(AIM OF THE EXERCISE) Nothing but the lines from the one containing "f 675 620 618" through the one containing "f 698 398 699", both included, should be given again, each exactly as written below.

[Records contained in a dataset]

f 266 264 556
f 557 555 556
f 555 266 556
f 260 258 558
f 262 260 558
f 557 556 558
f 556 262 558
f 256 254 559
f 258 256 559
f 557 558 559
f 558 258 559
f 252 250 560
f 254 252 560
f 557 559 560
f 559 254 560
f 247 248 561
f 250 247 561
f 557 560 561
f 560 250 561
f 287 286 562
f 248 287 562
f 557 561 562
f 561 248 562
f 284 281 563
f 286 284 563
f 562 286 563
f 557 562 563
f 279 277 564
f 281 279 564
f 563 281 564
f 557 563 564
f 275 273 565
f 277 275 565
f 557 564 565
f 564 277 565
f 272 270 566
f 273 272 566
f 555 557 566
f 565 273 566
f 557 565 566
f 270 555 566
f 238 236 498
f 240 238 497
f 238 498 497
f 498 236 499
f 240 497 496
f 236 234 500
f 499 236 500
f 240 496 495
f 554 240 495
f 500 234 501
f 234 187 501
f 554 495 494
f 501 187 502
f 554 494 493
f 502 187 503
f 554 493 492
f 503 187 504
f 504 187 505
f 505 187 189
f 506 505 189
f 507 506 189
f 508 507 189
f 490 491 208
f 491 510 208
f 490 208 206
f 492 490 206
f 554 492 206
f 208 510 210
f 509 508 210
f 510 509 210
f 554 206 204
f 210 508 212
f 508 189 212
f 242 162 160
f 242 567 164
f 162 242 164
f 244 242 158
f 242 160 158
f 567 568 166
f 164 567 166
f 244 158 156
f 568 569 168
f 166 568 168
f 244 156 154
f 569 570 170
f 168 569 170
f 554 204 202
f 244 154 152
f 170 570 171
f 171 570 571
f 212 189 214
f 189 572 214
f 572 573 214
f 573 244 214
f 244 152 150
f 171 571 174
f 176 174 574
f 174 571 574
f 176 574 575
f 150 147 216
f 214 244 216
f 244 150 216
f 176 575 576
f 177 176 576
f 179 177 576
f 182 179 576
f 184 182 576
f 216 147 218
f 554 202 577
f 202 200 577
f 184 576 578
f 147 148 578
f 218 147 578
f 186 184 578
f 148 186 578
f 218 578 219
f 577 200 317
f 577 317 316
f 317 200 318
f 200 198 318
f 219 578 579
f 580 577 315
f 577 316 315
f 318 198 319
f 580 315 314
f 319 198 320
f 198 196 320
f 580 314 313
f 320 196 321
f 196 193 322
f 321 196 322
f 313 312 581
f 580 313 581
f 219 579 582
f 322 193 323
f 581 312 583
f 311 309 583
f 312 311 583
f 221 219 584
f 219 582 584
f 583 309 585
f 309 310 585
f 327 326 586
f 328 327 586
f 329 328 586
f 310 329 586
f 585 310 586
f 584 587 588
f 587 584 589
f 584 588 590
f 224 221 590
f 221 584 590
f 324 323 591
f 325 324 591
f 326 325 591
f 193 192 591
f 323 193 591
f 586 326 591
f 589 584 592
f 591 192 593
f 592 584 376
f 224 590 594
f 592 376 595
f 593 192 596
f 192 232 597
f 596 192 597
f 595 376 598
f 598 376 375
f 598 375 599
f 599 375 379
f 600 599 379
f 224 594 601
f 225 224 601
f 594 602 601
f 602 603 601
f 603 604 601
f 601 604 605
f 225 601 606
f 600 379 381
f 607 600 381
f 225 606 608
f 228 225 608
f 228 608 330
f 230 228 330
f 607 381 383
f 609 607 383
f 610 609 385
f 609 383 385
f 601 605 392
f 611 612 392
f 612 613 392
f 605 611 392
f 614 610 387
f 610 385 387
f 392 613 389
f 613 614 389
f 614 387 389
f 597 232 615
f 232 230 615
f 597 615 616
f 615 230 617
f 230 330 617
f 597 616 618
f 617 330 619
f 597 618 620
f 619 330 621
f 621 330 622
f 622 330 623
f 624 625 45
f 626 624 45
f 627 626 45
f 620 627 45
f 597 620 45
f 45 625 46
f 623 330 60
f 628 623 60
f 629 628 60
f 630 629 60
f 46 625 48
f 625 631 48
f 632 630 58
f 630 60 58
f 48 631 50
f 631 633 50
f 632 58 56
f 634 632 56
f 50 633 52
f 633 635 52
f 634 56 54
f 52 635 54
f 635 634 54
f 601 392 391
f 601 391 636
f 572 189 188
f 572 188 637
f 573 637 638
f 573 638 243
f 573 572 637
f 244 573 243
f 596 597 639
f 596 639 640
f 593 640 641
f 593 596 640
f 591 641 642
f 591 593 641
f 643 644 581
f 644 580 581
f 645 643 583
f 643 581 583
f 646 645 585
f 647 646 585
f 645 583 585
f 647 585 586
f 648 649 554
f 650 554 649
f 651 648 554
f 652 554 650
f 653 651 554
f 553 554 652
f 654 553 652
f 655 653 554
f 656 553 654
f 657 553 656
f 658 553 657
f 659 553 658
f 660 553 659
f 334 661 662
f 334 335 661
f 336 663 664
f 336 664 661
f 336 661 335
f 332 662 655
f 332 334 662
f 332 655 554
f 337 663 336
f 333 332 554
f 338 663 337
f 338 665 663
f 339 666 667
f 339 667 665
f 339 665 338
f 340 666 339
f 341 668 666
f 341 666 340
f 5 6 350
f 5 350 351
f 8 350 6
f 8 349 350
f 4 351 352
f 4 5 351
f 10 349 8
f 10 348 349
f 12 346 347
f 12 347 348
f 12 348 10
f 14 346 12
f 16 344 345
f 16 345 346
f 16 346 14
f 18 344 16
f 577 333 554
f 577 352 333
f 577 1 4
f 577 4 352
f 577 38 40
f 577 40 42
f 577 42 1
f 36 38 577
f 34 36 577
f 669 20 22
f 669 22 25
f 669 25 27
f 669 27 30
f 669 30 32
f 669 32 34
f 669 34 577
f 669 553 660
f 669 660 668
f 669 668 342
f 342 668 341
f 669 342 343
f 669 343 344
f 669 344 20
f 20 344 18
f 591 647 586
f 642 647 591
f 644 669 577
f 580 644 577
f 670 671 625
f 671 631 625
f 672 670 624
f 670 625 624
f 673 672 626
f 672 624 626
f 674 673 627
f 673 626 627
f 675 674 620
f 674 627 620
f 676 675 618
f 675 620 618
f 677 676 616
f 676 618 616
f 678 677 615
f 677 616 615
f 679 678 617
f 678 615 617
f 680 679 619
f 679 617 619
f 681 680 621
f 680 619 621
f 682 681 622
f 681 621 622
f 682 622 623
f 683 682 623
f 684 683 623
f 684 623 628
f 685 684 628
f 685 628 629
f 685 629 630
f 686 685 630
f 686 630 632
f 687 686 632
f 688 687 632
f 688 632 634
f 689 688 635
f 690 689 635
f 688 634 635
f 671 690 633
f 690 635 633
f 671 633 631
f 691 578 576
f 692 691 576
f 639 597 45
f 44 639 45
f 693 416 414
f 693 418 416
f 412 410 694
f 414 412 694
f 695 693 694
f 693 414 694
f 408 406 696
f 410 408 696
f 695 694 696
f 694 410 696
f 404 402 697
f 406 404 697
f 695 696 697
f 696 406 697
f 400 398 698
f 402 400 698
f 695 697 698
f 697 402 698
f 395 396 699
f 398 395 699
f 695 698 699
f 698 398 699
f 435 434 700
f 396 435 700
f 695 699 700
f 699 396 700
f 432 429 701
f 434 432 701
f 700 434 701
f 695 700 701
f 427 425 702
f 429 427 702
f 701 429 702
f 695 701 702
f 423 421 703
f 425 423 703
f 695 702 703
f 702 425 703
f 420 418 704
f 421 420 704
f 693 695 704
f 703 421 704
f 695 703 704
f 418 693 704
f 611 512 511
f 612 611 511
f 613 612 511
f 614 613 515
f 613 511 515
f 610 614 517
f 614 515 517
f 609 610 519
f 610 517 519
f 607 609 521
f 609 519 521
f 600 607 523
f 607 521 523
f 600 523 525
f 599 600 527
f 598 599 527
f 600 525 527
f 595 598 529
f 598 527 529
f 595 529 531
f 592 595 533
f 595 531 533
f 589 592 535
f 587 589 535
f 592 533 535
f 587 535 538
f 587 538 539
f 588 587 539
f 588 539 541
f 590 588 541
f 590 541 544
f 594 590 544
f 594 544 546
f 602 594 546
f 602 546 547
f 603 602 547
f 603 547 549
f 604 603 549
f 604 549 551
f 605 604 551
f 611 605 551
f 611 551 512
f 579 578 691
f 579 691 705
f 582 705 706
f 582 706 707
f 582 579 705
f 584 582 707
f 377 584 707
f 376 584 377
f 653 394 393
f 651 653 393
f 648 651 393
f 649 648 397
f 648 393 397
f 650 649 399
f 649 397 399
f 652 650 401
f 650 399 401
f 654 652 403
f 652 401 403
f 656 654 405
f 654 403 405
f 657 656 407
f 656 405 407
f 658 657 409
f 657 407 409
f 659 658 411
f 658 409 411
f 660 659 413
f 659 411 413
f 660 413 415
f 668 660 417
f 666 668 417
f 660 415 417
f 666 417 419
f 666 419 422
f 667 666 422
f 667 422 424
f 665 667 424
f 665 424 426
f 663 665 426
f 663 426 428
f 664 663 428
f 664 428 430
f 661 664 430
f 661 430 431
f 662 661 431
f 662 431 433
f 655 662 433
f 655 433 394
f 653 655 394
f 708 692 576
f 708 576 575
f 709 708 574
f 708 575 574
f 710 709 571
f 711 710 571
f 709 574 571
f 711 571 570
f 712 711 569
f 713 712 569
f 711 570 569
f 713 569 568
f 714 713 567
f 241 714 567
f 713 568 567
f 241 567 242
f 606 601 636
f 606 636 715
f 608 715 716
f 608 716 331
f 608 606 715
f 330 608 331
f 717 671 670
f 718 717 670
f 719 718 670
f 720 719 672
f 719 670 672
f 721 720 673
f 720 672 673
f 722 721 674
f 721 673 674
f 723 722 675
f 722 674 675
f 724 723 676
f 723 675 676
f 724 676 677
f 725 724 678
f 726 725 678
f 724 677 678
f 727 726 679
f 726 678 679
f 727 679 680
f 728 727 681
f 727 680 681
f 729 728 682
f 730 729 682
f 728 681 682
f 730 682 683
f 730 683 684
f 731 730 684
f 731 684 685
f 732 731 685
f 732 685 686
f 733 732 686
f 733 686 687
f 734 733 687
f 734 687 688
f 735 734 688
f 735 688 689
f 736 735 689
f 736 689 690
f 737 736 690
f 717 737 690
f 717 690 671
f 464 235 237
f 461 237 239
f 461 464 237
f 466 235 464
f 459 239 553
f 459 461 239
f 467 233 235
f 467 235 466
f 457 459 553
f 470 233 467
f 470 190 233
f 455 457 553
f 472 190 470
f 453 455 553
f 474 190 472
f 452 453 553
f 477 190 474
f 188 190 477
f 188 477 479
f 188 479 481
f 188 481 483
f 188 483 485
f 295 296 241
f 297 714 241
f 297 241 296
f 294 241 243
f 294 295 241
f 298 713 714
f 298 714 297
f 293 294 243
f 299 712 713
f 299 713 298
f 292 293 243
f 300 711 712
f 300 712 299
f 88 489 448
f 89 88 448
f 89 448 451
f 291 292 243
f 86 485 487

(RESPONSE AREA)
f 675 620 618
f 677 676 616
f 676 618 616
f 678 677 615
f 677 616 615
f 679 678 617
f 678 615 617
f 680 679 619
f 679 617 619
f 681 680 621
f 680 619 621
f 682 681 622
f 681 621 622
f 682 622 623
f 683 682 623
f 684 683 623
f 684 623 628
f 685 684 628
f 685 628 629
f 685 629 630
f 686 685 630
f 686 630 632
f 687 686 632
f 688 687 632
f 688 632 634
f 689 688 635
f 690 689 635
f 688 634 635
f 671 690 633
f 690 635 633
f 671 633 631
f 691 578 576
f 692 691 576
f 639 597 45
f 44 639 45
f 693 416 414
f 693 418 416
f 412 410 694
f 414 412 694
f 695 693 694
f 693 414 694
f 408 406 696
f 410 408 696
f 695 694 696
f 694 410 696
f 404 402 697
f 406 404 697
f 695 696 697
f 696 406 697
f 400 398 698
f 402 400 698
f 695 697 698
f 697 402 698
f 395 396 699
f 398 395 699
f 695 698 699
f 698 398 699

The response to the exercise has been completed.